**REQUIRED ACTION**
Print nothing but the lines below starting at the line that holds "f 107 120 105" and ending at the line that holds "f 120 162 105", including both, each exactly as written.

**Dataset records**

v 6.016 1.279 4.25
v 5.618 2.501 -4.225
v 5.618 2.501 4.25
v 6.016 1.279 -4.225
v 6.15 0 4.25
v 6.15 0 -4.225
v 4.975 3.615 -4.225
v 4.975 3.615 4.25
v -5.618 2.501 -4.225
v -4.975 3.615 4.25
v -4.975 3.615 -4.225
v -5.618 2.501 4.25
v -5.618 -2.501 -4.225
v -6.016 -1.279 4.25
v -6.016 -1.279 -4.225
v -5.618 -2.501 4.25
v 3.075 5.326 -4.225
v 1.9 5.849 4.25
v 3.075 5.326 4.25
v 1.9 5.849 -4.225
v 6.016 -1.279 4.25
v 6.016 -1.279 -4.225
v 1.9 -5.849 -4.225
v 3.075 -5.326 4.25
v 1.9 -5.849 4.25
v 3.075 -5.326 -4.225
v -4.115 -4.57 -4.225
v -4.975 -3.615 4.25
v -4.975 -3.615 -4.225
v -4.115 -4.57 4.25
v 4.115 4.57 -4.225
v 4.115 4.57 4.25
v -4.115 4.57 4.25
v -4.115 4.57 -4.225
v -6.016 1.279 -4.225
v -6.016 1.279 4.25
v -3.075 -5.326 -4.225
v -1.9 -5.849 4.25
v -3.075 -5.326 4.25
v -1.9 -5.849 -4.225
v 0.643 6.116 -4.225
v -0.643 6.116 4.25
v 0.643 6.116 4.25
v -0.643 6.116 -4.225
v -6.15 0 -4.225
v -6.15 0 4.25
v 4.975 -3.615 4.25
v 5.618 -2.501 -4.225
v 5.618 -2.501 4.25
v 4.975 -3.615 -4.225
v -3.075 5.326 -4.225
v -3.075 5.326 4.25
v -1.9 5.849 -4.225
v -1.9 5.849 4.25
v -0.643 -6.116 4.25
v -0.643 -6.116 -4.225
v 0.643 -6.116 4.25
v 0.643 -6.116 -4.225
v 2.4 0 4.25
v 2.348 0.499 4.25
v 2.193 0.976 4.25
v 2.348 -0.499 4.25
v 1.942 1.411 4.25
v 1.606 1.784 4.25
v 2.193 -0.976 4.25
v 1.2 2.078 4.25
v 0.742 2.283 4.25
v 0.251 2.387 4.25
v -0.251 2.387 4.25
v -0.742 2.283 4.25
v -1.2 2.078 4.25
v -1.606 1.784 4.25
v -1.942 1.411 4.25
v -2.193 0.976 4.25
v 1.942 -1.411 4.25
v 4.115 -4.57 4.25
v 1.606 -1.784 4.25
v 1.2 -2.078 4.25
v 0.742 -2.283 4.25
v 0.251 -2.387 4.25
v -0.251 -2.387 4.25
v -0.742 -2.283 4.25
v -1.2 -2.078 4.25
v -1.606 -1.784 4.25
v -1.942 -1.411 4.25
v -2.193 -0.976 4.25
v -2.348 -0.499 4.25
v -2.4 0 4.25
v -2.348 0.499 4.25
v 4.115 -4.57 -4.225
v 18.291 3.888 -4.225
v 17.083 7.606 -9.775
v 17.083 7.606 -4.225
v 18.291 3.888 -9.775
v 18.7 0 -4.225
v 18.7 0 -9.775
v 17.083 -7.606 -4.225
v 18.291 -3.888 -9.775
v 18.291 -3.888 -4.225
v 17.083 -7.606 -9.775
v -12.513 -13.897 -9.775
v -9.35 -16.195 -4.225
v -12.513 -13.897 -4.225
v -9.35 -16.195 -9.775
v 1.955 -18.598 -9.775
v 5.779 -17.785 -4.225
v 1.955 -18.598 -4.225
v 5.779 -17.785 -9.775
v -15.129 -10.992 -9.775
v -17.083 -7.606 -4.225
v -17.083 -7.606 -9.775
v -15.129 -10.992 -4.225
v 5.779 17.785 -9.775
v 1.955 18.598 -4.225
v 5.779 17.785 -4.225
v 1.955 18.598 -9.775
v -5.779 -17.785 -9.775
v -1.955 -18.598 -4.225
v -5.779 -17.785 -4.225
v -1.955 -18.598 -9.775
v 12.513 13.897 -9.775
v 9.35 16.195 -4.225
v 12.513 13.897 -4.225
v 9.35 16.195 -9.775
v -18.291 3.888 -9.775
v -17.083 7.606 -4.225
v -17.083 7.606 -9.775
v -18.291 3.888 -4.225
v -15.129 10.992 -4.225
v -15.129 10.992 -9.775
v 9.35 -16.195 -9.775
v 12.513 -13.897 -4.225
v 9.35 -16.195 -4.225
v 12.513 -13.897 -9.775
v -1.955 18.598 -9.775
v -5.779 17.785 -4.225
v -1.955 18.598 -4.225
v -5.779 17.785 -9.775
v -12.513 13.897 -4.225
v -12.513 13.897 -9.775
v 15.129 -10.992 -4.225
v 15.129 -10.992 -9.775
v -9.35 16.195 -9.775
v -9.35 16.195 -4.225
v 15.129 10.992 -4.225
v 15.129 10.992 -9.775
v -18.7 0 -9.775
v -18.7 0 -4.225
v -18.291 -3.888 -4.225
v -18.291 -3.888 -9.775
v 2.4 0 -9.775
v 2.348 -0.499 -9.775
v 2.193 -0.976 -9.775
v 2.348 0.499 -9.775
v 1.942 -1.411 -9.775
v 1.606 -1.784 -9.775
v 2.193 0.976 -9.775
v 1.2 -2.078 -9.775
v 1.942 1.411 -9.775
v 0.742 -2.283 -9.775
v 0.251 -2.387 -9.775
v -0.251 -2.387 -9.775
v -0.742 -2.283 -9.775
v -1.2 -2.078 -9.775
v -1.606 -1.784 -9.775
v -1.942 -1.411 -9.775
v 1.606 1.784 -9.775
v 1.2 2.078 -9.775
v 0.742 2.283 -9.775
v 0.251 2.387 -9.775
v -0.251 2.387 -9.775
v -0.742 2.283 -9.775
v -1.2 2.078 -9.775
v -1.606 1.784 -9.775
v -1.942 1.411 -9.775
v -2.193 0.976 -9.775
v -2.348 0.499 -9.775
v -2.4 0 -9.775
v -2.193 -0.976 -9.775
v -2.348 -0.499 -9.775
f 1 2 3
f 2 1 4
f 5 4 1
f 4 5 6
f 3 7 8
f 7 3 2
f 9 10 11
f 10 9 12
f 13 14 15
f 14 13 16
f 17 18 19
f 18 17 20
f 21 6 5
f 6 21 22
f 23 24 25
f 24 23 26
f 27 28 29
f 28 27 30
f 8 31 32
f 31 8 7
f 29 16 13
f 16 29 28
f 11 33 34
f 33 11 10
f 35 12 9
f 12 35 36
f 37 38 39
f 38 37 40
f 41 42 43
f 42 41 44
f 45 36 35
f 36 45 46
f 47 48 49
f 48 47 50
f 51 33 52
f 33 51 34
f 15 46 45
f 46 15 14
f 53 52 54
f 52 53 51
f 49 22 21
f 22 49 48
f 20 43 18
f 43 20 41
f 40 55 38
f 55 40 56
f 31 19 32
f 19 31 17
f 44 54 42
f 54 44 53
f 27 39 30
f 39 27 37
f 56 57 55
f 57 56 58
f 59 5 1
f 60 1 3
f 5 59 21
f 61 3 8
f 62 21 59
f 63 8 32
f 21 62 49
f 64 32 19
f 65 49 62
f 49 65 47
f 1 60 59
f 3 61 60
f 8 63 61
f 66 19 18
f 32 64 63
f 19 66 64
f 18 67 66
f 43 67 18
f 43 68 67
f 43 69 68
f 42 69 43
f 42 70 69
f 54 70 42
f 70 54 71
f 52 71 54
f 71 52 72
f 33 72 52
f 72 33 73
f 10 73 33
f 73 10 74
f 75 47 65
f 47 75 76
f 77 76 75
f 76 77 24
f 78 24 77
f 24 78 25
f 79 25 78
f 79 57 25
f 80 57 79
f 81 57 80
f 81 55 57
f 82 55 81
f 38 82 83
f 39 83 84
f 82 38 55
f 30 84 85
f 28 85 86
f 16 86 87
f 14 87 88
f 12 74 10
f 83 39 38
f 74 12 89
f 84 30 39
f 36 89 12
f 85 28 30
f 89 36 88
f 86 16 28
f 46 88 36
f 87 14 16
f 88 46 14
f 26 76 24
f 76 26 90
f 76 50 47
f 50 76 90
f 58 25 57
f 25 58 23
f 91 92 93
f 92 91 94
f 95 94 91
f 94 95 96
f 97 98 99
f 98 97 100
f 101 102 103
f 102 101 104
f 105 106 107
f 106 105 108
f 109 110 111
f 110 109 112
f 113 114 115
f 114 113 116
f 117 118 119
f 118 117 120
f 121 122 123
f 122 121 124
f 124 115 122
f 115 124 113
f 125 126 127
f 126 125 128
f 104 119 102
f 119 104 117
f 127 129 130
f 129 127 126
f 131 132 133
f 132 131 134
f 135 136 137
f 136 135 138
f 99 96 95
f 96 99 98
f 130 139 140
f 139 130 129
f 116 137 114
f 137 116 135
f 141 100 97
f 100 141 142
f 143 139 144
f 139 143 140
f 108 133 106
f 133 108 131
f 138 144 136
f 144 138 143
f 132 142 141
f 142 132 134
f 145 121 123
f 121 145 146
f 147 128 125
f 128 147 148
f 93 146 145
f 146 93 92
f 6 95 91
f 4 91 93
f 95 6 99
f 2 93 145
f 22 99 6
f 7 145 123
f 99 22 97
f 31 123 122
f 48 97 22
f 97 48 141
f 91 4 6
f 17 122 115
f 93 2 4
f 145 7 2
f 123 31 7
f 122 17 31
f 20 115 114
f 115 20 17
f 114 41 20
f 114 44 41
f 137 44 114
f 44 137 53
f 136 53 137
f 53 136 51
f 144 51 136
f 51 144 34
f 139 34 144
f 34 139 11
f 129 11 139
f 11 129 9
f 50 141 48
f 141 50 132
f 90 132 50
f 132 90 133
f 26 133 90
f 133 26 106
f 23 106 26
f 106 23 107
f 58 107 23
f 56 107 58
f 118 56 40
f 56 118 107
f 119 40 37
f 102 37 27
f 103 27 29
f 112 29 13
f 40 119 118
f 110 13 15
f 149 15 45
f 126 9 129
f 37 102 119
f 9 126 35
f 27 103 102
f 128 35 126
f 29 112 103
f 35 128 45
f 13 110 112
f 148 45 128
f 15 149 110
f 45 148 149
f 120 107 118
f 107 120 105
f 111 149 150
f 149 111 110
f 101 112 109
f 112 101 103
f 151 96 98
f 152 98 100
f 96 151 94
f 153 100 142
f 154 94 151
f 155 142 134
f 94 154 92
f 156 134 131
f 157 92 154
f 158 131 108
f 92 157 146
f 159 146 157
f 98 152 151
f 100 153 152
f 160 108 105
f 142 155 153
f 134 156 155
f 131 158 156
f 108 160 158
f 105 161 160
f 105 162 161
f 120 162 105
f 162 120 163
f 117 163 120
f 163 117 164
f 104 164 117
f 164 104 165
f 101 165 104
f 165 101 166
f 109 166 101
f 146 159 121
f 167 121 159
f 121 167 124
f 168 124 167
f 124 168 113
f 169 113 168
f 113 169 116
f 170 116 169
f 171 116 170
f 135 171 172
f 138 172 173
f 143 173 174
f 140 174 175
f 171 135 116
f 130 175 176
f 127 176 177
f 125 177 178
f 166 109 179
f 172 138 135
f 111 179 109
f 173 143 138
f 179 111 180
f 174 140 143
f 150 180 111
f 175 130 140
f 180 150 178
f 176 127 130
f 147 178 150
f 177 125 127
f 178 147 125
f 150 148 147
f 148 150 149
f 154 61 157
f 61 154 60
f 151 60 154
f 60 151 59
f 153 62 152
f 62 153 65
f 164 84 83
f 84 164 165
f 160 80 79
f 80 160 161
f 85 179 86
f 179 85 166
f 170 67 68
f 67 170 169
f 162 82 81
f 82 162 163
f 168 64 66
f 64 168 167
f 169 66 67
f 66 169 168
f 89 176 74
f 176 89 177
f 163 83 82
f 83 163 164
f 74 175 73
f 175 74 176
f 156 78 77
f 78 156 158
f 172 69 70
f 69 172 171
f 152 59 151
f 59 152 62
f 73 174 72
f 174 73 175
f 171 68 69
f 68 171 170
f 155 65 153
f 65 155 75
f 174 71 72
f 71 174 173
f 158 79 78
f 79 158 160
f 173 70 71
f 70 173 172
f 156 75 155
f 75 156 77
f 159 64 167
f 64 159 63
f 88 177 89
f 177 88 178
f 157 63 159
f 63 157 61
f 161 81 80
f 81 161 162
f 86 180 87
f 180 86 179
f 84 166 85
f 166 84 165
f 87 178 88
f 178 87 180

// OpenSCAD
$fn=30;

difference(){
	union(){
		cylinder(d=12.3,h=8.5,center=true); // small
		translate([0,0,-7]) 
			cylinder(d=37.4,h=5.55,center=true); // large
	}
	cylinder(d=4.8,h=100,center=true); // screw hole
}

**TASK RESULT**
f 107 120 105
f 111 149 150
f 149 111 110
f 101 112 109
f 112 101 103
f 151 96 98
f 152 98 100
f 96 151 94
f 153 100 142
f 154 94 151
f 155 142 134
f 94 154 92
f 156 134 131
f 157 92 154
f 158 131 108
f 92 157 146
f 159 146 157
f 98 152 151
f 100 153 152
f 160 108 105
f 142 155 153
f 134 156 155
f 131 158 156
f 108 160 158
f 105 161 160
f 105 162 161
f 120 162 105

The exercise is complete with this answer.